Header: #include <xinfer/zoo/threed/reconstructor.h>

#include <xinfer/zoo/threed/reconstructor.h>
#include <opencv2/opencv.hpp>
#include <iostream>
#include <vector>
 
int main() {
    // 1. Configure the reconstructor.
    xinfer::zoo::threed::ReconstructorConfig config;
    config.num_iterations = 15000; // More iterations = higher quality
 
    // 2. Initialize. This sets up the custom CUDA pipeline.
    xinfer::zoo::threed::Reconstructor reconstructor(config);
 
    // 3. Load a set of images and their corresponding camera poses.
    std::vector<cv::Mat> images;
    std::vector<cv::Mat> poses;
    // ... load images and camera poses from disk ...
 
    // 4. Run the reconstruction and meshing process.
    //    This is a heavy operation that trains the 3D representation and extracts a mesh.
    std::cout << "Starting 3D reconstruction...\n";
    xinfer::zoo::threed::Mesh3D result_mesh = reconstructor.predict(images, poses);
 
    // 5. Save the resulting mesh to a file.
    // (You would write the result_mesh.vertices and faces to an .obj file here)
    std::cout << "Reconstruction complete. Mesh has " << result_mesh.vertices.size() / 3 << " vertices.\n";
}

Config Struct: ReconstructorConfig Input: std::vector<cv::Mat> of images and a std::vector<cv::Mat> of camera poses. Output Struct: Mesh3D (contains vertices, faces, and vertex colors). "F1 Car" Technology: This class is a wrapper around a full, from-scratch custom CUDA pipeline for training and meshing a neural representation like Gaussian Splatting.


SLAMAccelerator

Provides hyper-optimized components to accelerate a Visual SLAM (Simultaneous Localization and Mapping) pipeline.
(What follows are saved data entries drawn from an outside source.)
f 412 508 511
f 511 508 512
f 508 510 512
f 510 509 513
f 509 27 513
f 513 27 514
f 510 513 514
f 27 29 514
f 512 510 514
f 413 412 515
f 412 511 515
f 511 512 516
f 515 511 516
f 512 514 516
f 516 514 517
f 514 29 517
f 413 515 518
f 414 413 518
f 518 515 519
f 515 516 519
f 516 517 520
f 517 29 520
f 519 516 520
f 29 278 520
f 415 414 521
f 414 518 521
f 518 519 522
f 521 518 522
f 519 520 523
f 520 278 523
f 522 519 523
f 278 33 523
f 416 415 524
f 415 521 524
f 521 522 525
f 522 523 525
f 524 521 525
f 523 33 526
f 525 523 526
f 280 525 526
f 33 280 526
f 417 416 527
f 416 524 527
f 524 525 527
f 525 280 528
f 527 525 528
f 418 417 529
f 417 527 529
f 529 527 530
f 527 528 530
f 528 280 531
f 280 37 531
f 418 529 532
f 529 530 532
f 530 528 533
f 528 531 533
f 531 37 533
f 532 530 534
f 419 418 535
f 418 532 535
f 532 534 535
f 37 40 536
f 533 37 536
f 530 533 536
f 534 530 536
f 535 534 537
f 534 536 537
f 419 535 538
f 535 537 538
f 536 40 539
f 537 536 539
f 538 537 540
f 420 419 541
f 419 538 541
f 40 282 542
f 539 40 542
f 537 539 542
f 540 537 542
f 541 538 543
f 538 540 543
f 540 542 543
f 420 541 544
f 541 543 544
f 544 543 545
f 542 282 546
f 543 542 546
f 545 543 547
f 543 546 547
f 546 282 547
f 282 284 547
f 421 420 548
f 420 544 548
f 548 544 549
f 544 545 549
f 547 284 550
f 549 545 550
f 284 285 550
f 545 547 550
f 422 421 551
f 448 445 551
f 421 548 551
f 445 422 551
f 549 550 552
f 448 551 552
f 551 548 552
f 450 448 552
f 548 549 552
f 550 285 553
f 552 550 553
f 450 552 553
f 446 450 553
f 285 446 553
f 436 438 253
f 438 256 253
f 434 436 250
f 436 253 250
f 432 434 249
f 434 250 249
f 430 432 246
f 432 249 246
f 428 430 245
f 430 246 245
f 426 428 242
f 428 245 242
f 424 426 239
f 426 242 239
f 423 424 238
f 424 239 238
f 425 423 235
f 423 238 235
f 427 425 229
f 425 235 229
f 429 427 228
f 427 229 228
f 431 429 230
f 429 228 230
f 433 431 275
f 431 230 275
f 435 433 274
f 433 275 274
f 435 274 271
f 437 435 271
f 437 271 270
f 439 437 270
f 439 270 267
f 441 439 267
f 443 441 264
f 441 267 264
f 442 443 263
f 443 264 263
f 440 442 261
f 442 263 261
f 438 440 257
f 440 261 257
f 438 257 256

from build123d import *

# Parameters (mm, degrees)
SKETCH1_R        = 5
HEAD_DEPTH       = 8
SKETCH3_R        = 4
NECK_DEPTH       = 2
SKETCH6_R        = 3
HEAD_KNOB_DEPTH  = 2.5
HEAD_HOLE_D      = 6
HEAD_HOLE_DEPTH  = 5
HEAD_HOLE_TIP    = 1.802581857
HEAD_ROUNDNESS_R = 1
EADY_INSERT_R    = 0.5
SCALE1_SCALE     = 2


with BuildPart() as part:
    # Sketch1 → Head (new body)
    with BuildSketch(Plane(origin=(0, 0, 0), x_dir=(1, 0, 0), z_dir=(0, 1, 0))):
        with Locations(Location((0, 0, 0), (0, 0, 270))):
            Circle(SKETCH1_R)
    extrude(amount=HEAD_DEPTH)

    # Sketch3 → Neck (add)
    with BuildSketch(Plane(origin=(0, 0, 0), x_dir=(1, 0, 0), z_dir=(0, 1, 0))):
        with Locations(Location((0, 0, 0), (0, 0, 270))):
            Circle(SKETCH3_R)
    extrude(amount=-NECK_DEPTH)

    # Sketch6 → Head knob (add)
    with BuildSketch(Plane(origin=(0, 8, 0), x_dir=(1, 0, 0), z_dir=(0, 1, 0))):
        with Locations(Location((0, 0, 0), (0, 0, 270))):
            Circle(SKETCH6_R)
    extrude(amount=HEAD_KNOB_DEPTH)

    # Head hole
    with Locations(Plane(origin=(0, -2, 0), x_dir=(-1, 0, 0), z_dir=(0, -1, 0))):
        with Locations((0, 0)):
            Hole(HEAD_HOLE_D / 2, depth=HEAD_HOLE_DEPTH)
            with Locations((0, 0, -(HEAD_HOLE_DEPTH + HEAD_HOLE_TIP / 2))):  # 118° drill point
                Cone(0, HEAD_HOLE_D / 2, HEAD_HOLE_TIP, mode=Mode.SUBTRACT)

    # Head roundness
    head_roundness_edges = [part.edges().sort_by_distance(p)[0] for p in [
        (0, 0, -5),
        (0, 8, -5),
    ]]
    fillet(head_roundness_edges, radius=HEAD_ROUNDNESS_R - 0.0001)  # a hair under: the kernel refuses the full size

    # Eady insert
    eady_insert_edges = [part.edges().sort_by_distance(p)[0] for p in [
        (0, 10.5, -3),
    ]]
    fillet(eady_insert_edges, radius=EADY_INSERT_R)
Header: #include <xinfer/zoo/threed/slam_accelerator.h>

#include <xinfer/zoo/threed/slam_accelerator.h>
#include <opencv2/opencv.hpp>
#include <iostream>
 
int main() {
    // 1. Configure the SLAM accelerator.
    //    The engine would be a learned feature extractor like SuperPoint.
    xinfer::zoo::threed::SLAMAcceleratorConfig config;
    config.feature_engine_path = "assets/superpoint.engine";
 
    // 2. Initialize.
    xinfer::zoo::threed::SLAMAccelerator accelerator(config);
 
    // 3. In your main SLAM loop, use the accelerator for feature extraction.
    cv::Mat video_frame; // from camera
    xinfer::zoo::threed::SLAMFeatureResult features = accelerator.extract_features(video_frame);
    
    std::cout << "Extracted " << features.keypoints.size() << " keypoints.\n";
    // You would then pass these features to the tracking and mapping parts of your SLAM system.
}

Config Struct: SLAMAcceleratorConfig Input: cv::Mat video frame. Output Struct: SLAMFeatureResult (contains cv::KeyPoints and cv::Mat descriptors).